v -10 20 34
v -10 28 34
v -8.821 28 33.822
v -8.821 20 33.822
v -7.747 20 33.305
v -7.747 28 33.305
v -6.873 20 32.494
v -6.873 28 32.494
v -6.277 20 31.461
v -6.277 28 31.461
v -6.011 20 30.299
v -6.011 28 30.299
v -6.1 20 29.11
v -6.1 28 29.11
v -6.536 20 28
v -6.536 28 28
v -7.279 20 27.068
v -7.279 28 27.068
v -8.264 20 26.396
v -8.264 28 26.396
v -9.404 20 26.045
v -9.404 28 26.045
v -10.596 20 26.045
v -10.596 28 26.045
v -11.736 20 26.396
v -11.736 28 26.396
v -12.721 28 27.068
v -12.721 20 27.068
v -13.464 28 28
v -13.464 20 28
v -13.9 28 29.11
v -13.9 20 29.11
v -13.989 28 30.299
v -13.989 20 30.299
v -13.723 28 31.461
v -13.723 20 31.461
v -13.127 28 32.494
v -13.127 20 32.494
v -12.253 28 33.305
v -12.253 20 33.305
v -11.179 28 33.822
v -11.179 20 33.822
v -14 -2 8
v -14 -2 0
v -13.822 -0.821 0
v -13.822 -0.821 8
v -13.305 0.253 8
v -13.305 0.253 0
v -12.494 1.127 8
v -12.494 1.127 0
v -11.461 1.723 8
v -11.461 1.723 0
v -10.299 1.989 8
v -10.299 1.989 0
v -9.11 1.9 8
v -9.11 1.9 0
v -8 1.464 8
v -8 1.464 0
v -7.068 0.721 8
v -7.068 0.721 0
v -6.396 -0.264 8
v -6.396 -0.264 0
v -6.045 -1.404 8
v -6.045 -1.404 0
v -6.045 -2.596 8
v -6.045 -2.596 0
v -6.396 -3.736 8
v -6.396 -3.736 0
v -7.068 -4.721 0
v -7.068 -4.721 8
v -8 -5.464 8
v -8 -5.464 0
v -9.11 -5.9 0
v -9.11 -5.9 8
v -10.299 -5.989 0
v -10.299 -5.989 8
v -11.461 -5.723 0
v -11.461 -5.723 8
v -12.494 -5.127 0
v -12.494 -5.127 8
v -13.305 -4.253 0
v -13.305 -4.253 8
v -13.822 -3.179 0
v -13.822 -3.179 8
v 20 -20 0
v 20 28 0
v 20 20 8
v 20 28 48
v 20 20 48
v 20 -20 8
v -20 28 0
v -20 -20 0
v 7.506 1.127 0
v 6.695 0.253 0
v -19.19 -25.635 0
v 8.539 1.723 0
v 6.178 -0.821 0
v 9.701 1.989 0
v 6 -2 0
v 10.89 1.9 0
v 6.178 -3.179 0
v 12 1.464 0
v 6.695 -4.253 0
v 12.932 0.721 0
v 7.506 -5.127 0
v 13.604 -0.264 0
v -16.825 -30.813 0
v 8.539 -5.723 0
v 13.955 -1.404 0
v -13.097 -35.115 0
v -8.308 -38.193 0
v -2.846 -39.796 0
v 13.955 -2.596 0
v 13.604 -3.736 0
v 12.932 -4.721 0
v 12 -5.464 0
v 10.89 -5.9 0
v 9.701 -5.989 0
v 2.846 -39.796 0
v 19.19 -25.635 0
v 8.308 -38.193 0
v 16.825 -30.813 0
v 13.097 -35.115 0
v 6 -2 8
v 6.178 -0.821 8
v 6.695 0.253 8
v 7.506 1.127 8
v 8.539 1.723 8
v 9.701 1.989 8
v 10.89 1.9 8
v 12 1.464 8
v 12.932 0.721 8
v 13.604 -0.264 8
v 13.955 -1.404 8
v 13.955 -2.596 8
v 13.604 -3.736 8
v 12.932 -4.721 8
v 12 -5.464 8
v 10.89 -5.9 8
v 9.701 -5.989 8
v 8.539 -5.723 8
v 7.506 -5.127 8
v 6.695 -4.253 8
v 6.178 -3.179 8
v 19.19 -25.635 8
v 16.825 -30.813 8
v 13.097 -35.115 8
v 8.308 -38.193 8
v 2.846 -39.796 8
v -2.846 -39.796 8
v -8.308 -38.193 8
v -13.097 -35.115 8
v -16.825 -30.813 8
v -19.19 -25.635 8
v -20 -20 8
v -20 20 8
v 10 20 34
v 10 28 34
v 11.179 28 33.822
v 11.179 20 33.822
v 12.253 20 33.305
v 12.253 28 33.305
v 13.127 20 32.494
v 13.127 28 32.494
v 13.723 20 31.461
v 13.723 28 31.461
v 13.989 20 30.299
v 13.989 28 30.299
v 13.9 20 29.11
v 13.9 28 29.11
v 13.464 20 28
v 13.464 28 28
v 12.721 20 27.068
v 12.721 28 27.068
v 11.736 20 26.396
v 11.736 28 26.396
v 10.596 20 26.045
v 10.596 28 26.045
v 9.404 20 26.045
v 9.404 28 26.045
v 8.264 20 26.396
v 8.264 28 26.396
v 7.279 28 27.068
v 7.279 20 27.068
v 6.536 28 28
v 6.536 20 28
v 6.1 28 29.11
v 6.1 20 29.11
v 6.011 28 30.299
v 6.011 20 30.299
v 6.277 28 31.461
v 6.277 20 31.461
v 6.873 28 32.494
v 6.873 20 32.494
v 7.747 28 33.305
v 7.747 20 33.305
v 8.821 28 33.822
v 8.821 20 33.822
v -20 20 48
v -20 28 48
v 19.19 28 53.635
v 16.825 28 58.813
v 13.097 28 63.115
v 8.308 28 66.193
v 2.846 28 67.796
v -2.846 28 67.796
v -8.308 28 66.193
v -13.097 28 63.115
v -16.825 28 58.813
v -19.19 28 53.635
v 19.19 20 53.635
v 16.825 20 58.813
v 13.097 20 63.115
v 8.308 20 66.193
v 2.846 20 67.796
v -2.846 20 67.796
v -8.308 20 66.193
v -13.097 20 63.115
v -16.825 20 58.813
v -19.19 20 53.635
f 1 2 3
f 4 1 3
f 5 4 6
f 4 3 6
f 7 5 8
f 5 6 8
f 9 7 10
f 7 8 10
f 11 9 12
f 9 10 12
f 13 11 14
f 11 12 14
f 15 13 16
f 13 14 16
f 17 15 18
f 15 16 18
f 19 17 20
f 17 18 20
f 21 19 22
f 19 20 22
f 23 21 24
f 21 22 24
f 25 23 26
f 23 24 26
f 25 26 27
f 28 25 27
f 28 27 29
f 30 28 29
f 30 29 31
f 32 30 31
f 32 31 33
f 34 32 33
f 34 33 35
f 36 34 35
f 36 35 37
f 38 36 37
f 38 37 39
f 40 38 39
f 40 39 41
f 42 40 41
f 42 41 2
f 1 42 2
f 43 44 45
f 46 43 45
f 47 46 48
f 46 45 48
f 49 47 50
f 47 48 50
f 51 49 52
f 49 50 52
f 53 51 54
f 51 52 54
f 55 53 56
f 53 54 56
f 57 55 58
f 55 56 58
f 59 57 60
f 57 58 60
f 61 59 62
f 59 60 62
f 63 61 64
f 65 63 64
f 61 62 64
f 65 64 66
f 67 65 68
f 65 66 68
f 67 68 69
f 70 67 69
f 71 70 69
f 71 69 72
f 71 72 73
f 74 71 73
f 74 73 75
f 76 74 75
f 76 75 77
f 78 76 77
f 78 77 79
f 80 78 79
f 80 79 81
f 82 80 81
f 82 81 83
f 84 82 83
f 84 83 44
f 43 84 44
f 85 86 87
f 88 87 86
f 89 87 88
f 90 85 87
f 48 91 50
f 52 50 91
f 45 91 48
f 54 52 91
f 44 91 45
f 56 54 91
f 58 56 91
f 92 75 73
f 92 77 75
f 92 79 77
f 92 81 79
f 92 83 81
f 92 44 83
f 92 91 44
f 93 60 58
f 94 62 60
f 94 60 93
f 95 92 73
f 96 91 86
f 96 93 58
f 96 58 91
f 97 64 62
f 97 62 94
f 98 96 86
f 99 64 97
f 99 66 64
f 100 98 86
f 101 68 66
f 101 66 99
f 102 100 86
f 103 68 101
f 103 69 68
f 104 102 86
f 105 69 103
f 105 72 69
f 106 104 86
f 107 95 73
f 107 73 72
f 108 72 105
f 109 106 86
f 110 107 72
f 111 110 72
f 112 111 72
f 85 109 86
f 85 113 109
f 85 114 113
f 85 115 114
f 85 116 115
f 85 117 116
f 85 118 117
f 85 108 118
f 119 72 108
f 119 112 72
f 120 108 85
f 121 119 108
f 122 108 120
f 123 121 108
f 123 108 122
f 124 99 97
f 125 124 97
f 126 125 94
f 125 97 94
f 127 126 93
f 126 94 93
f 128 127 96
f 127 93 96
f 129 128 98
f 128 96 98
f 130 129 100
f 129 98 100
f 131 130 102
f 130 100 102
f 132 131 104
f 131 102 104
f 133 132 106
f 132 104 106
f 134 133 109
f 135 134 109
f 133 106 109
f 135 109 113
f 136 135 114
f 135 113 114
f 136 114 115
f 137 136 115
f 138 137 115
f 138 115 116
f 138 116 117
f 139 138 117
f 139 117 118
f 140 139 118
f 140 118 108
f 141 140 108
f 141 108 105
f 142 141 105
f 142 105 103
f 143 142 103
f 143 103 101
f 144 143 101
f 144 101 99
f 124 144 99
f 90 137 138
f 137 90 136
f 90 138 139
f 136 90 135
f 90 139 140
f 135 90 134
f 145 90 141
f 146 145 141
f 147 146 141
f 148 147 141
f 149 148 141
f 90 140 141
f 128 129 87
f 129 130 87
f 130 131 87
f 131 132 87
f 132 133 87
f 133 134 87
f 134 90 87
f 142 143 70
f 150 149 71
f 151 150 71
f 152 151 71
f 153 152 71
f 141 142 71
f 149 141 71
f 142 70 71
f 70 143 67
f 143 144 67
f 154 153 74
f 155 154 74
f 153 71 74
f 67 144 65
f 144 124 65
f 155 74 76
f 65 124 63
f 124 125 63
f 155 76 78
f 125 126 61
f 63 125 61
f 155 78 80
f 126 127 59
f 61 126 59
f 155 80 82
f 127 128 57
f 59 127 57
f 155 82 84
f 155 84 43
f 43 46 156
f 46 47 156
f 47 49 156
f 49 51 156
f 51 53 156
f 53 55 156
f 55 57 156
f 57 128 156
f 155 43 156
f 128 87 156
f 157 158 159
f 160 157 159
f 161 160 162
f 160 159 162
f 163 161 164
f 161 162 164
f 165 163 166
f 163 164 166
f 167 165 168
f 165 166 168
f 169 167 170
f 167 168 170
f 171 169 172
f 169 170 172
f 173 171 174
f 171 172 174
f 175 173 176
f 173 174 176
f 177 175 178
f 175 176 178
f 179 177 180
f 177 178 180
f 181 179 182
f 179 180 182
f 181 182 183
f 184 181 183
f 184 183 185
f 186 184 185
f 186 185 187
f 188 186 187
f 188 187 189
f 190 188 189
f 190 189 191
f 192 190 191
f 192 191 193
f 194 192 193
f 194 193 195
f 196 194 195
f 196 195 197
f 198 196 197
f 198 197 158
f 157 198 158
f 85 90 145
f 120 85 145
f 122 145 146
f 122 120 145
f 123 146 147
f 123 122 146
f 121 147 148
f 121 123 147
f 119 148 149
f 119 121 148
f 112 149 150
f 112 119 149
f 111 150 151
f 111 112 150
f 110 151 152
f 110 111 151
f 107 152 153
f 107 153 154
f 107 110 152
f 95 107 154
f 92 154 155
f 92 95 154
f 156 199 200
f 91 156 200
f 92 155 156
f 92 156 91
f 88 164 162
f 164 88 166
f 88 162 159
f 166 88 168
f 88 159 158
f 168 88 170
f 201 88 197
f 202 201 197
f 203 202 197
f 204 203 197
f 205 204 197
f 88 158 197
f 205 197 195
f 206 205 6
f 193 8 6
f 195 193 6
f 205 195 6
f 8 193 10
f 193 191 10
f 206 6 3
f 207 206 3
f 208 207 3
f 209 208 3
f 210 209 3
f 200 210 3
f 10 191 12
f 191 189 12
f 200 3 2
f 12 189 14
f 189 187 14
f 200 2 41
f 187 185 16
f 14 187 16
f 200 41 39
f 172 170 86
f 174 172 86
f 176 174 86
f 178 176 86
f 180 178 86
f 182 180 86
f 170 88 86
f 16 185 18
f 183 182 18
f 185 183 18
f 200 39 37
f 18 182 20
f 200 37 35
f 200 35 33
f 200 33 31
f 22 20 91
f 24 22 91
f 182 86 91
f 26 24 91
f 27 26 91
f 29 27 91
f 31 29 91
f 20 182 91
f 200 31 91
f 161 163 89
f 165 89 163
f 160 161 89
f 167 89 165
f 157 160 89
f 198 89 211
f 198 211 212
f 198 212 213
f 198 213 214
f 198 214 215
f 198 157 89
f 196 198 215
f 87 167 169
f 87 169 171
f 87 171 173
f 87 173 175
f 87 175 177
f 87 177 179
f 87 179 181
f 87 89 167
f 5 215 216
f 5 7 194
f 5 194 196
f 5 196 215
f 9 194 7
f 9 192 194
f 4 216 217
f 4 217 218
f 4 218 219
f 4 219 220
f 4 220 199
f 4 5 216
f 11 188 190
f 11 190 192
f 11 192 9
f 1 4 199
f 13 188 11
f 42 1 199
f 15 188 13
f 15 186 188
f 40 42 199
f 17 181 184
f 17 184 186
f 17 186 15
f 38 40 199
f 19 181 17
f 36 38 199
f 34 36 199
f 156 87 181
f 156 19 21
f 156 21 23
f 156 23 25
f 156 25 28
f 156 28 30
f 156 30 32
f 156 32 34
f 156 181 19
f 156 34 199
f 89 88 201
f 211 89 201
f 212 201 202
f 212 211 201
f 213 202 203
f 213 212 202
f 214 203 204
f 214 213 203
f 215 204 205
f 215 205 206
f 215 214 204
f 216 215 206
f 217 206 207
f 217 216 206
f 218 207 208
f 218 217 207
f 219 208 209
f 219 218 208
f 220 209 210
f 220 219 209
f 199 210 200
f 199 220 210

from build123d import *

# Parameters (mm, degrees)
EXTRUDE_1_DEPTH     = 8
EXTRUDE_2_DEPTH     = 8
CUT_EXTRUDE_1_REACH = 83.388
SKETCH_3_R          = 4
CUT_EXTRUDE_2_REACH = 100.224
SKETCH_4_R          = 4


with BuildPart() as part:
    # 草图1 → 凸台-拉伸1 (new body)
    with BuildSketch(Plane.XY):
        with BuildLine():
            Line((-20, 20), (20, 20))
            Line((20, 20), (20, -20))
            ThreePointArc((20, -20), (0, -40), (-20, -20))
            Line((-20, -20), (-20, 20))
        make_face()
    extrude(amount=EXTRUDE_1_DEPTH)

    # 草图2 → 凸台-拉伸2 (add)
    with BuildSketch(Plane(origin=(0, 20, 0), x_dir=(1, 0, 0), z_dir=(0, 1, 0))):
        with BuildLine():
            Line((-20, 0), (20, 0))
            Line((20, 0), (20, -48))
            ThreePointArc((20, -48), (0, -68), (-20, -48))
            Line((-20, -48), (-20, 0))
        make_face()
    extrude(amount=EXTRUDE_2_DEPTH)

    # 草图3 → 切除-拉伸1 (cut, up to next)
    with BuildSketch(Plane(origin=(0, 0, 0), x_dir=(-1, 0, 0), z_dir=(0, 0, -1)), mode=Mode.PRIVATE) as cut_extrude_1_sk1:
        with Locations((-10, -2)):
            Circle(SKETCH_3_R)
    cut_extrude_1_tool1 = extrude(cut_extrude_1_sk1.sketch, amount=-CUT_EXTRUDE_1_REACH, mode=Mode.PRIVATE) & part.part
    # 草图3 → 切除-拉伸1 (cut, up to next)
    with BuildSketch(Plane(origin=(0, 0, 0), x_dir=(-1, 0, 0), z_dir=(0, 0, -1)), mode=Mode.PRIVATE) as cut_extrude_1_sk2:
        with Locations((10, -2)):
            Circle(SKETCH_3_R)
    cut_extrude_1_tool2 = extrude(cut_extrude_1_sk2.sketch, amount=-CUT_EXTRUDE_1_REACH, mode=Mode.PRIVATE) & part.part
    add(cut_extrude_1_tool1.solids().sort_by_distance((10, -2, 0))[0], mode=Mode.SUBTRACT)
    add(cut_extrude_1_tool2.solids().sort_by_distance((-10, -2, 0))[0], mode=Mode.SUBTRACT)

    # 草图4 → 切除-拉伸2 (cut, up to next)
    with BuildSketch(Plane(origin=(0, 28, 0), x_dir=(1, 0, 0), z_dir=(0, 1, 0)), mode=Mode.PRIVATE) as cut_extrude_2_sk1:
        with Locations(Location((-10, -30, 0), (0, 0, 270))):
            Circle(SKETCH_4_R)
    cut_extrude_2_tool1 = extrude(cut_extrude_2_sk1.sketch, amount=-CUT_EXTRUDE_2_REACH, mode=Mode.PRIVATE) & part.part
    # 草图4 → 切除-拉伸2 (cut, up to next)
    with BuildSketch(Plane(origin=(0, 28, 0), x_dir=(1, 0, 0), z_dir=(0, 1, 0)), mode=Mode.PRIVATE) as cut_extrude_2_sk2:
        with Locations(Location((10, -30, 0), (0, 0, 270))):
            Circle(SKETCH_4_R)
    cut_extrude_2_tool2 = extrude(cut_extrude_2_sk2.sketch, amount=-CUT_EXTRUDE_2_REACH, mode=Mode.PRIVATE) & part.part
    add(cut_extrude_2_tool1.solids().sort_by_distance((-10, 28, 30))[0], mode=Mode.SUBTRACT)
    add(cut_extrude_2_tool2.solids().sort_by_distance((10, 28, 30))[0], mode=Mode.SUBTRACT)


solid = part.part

::::::::

**WORK REQUIRED:** Everything above from the line containing "f 133 106 109" down to the line containing "f 173 171 174" should be copied exactly, both end lines included, and nothing else.

**SOLUTION TO THE PROBLEM:**
f 133 106 109
f 135 109 113
f 136 135 114
f 135 113 114
f 136 114 115
f 137 136 115
f 138 137 115
f 138 115 116
f 138 116 117
f 139 138 117
f 139 117 118
f 140 139 118
f 140 118 108
f 141 140 108
f 141 108 105
f 142 141 105
f 142 105 103
f 143 142 103
f 143 103 101
f 144 143 101
f 144 101 99
f 124 144 99
f 90 137 138
f 137 90 136
f 90 138 139
f 136 90 135
f 90 139 140
f 135 90 134
f 145 90 141
f 146 145 141
f 147 146 141
f 148 147 141
f 149 148 141
f 90 140 141
f 128 129 87
f 129 130 87
f 130 131 87
f 131 132 87
f 132 133 87
f 133 134 87
f 134 90 87
f 142 143 70
f 150 149 71
f 151 150 71
f 152 151 71
f 153 152 71
f 141 142 71
f 149 141 71
f 142 70 71
f 70 143 67
f 143 144 67
f 154 153 74
f 155 154 74
f 153 71 74
f 67 144 65
f 144 124 65
f 155 74 76
f 65 124 63
f 124 125 63
f 155 76 78
f 125 126 61
f 63 125 61
f 155 78 80
f 126 127 59
f 61 126 59
f 155 80 82
f 127 128 57
f 59 127 57
f 155 82 84
f 155 84 43
f 43 46 156
f 46 47 156
f 47 49 156
f 49 51 156
f 51 53 156
f 53 55 156
f 55 57 156
f 57 128 156
f 155 43 156
f 128 87 156
f 157 158 159
f 160 157 159
f 161 160 162
f 160 159 162
f 163 161 164
f 161 162 164
f 165 163 166
f 163 164 166
f 167 165 168
f 165 166 168
f 169 167 170
f 167 168 170
f 171 169 172
f 169 170 172
f 173 171 174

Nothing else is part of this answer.